▶ [Problem details]: For the entries that follow, restate word for word the line containing "#147=FACE_BOUND('',#146,.T.);", the line containing "#155=ORIENTED_EDGE('',*,*,#154,.T.);", and every line that lies between them.

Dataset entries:
================
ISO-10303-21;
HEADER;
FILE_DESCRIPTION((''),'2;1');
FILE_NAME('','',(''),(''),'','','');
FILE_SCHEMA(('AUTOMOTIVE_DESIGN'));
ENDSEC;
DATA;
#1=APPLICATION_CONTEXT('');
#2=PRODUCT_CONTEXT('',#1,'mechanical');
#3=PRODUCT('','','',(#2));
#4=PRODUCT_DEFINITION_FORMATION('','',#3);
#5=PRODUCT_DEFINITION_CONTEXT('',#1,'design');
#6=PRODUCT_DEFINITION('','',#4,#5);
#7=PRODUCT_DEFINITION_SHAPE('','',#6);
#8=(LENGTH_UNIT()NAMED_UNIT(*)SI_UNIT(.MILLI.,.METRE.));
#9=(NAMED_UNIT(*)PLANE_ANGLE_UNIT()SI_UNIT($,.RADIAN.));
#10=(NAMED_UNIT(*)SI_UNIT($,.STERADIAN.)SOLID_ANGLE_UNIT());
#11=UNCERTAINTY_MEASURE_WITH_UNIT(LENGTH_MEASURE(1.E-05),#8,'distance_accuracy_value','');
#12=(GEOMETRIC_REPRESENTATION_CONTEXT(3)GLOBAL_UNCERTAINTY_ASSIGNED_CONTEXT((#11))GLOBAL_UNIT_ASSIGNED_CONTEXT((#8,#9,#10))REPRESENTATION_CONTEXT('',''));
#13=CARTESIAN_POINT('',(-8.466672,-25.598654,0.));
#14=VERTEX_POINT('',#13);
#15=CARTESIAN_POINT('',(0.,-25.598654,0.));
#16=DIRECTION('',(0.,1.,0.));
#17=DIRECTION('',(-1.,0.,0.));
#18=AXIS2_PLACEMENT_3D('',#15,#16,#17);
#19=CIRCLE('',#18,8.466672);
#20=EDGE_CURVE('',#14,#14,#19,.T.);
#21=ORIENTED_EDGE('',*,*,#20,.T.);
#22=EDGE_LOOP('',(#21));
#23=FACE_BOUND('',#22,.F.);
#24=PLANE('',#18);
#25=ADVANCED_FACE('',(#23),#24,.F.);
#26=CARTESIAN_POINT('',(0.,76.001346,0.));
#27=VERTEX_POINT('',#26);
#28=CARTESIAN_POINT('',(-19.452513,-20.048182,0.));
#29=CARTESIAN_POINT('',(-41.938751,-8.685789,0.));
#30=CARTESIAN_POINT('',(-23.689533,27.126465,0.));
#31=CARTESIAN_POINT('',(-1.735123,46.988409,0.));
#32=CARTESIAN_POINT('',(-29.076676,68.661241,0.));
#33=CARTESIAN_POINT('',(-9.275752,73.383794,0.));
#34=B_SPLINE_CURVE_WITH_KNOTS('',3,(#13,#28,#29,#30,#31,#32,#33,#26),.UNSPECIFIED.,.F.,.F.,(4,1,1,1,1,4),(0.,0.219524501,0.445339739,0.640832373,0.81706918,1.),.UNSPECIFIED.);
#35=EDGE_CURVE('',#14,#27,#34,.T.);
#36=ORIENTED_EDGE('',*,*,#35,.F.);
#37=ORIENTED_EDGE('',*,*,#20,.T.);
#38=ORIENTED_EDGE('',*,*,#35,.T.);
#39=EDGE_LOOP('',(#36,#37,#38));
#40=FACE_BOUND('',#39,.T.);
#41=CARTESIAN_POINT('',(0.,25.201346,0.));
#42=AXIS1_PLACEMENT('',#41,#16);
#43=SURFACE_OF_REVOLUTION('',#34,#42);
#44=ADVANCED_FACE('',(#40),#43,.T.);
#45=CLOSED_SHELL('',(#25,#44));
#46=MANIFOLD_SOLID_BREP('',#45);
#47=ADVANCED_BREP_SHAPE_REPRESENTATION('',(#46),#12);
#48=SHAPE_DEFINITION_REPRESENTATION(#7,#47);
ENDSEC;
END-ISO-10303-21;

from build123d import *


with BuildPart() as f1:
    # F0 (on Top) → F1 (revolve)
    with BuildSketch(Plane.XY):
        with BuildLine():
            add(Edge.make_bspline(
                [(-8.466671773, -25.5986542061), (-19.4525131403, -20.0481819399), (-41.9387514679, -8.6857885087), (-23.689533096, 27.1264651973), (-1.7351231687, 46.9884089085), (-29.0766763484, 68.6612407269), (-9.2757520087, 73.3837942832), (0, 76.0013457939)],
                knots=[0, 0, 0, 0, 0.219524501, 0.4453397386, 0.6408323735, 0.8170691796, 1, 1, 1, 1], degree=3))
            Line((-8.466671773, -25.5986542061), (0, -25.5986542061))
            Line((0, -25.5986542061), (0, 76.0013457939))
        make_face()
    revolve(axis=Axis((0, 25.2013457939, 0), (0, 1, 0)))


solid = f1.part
================
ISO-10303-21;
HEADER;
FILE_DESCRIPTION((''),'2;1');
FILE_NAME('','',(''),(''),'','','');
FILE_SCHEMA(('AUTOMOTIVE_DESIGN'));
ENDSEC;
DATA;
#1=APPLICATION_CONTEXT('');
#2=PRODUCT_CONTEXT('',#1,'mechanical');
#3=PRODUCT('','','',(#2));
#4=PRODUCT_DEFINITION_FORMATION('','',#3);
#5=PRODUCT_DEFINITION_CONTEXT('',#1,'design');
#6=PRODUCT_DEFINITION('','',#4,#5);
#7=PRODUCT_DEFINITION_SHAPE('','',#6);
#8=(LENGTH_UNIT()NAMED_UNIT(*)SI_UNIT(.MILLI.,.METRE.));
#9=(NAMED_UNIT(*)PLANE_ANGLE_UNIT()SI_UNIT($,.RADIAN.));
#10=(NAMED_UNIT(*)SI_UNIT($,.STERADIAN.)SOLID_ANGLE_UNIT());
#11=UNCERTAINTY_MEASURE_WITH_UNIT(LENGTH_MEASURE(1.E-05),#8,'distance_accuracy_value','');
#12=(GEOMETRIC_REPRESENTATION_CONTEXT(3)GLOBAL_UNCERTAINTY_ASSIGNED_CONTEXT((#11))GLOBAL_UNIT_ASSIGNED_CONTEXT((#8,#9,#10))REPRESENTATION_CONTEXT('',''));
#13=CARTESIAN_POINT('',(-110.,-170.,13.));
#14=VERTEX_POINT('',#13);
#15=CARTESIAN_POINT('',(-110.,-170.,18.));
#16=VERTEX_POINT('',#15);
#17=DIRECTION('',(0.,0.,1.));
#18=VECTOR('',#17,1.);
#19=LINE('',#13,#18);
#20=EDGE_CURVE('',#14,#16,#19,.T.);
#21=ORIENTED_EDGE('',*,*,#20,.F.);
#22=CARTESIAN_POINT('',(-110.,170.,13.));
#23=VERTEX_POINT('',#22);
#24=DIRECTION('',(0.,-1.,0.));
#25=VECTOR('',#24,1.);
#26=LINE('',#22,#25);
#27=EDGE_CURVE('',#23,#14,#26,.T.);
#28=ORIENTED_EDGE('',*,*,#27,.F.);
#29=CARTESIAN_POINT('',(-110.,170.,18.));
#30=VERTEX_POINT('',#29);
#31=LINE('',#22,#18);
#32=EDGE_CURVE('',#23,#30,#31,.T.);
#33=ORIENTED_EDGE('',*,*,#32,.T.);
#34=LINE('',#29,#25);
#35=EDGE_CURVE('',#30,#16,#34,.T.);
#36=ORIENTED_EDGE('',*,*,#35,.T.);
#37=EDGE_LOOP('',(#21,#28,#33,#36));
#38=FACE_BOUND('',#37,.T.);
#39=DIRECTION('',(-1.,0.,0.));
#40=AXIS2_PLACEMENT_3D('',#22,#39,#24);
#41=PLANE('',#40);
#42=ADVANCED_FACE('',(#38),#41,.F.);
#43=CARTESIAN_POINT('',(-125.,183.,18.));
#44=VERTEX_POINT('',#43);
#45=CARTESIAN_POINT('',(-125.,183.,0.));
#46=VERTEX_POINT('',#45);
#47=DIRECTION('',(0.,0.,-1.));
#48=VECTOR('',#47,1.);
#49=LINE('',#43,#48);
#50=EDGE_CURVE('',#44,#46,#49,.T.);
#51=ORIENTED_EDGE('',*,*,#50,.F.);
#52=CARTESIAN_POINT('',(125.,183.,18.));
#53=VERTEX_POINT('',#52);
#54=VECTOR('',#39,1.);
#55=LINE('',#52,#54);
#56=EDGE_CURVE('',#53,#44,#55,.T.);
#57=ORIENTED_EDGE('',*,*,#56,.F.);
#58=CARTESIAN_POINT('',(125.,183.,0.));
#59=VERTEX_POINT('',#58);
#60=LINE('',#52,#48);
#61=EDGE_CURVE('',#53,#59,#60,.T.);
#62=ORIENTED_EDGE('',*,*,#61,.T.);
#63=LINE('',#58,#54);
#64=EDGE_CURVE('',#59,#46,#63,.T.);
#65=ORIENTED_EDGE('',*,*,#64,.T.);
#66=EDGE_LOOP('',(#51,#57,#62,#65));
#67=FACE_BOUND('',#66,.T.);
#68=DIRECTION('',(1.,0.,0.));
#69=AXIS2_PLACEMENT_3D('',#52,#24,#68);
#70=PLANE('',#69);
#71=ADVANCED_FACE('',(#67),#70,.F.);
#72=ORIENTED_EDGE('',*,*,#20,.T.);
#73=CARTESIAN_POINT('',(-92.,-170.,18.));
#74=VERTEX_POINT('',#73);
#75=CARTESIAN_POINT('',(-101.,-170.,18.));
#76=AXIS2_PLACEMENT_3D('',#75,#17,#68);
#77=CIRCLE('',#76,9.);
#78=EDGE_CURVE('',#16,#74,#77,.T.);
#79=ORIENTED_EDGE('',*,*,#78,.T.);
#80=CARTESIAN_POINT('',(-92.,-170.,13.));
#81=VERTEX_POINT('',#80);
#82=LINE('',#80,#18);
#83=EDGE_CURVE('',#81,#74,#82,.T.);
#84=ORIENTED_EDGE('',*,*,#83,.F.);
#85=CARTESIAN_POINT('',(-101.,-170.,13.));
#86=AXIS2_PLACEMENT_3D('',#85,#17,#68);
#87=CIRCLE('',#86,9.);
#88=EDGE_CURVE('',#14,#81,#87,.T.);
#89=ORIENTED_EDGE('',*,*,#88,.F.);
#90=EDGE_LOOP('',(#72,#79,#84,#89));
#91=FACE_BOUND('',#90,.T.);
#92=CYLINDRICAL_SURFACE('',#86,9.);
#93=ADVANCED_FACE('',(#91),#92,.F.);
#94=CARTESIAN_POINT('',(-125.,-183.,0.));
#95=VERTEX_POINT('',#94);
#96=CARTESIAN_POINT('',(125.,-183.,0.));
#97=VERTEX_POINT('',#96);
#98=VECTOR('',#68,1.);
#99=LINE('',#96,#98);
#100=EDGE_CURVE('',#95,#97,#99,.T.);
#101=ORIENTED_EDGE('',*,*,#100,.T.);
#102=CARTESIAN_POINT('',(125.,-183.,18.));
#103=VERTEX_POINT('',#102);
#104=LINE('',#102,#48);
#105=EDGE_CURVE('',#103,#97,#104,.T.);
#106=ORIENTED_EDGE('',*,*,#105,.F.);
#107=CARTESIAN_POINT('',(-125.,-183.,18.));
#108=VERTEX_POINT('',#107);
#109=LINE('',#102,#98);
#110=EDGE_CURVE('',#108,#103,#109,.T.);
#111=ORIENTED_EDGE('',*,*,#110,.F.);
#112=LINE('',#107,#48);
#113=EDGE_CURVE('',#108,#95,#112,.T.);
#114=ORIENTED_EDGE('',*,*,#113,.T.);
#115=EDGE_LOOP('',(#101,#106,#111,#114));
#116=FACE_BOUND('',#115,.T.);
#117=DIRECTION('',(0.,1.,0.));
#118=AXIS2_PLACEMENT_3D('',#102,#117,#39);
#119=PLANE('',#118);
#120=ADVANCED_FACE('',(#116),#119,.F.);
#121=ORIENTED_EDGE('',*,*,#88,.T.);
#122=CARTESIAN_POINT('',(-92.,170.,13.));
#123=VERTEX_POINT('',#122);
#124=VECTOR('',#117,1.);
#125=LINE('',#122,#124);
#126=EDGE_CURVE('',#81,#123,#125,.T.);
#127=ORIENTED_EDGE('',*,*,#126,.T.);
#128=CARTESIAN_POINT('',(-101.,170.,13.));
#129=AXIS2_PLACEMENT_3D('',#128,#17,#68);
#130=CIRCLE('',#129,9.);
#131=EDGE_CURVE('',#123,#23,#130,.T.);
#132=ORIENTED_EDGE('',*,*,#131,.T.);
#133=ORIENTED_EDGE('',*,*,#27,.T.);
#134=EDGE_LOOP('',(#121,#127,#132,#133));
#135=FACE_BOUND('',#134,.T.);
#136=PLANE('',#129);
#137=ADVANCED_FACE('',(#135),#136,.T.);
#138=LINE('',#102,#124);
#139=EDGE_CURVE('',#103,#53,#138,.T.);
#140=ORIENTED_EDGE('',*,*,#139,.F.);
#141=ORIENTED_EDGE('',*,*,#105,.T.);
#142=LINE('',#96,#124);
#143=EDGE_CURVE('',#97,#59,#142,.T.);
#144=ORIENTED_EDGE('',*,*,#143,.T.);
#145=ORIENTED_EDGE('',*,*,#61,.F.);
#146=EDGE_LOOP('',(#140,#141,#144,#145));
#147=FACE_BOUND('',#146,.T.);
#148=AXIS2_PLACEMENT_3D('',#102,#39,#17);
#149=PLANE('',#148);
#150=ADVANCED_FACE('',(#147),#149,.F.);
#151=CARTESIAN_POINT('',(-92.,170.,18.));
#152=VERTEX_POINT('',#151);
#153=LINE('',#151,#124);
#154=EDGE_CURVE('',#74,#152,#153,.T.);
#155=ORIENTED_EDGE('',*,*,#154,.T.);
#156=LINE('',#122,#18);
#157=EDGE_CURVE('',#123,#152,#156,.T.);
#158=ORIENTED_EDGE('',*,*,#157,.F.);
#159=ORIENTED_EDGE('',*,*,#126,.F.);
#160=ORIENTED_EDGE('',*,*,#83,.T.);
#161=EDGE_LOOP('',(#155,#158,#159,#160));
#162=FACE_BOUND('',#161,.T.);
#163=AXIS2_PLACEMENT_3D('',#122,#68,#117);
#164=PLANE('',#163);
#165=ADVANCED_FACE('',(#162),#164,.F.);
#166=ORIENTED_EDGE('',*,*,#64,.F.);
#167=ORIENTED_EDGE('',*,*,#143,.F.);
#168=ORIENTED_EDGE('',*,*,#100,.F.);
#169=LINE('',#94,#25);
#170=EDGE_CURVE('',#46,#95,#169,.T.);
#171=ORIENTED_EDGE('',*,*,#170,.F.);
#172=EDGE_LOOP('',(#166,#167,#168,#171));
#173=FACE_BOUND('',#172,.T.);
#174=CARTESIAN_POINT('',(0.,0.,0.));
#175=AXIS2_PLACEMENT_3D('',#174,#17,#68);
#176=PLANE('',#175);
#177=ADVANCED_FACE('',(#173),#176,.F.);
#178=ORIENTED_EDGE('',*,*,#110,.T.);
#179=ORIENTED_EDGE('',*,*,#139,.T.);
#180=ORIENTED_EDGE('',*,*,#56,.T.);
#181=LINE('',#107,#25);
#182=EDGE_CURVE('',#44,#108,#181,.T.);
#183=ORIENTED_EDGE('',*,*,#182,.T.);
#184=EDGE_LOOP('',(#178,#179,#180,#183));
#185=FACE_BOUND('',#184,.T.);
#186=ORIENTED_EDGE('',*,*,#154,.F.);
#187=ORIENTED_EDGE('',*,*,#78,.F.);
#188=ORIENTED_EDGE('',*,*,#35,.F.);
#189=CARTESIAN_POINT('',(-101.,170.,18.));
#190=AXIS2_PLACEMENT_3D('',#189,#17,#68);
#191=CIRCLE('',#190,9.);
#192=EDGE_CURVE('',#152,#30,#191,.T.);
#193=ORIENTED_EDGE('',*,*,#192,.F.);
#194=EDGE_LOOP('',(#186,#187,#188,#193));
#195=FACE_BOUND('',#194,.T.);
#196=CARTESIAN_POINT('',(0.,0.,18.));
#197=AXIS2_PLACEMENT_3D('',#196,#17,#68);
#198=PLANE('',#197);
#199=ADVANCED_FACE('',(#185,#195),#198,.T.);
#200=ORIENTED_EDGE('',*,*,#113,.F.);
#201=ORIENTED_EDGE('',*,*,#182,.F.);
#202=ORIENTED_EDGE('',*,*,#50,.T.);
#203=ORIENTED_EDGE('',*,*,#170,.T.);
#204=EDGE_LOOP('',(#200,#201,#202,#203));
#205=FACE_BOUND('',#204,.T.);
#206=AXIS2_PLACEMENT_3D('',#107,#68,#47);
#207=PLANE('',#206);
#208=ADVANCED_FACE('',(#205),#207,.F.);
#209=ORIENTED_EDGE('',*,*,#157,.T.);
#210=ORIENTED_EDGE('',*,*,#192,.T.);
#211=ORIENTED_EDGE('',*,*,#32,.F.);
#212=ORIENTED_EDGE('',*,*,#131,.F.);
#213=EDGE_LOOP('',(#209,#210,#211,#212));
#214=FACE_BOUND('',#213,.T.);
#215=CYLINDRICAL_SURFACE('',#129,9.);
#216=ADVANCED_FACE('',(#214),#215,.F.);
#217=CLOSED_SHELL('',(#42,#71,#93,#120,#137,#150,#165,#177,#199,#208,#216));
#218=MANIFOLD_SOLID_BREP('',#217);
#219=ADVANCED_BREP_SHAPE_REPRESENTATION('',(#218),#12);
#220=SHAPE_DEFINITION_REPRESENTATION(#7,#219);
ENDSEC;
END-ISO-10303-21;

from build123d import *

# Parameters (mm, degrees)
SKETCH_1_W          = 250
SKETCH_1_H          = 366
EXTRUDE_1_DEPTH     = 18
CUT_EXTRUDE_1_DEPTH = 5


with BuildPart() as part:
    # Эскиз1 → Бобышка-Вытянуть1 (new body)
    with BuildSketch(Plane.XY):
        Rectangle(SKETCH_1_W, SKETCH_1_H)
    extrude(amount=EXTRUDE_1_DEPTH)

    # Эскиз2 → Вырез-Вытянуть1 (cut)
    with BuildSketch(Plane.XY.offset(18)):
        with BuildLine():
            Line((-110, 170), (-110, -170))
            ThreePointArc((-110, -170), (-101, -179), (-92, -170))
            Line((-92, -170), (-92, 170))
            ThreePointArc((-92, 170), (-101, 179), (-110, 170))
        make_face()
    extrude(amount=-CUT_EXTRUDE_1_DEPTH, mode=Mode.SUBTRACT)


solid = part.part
================
▶ [Answer to the exercise]:
#147=FACE_BOUND('',#146,.T.);
#148=AXIS2_PLACEMENT_3D('',#102,#39,#17);
#149=PLANE('',#148);
#150=ADVANCED_FACE('',(#147),#149,.F.);
#151=CARTESIAN_POINT('',(-92.,170.,18.));
#152=VERTEX_POINT('',#151);
#153=LINE('',#151,#124);
#154=EDGE_CURVE('',#74,#152,#153,.T.);
#155=ORIENTED_EDGE('',*,*,#154,.T.);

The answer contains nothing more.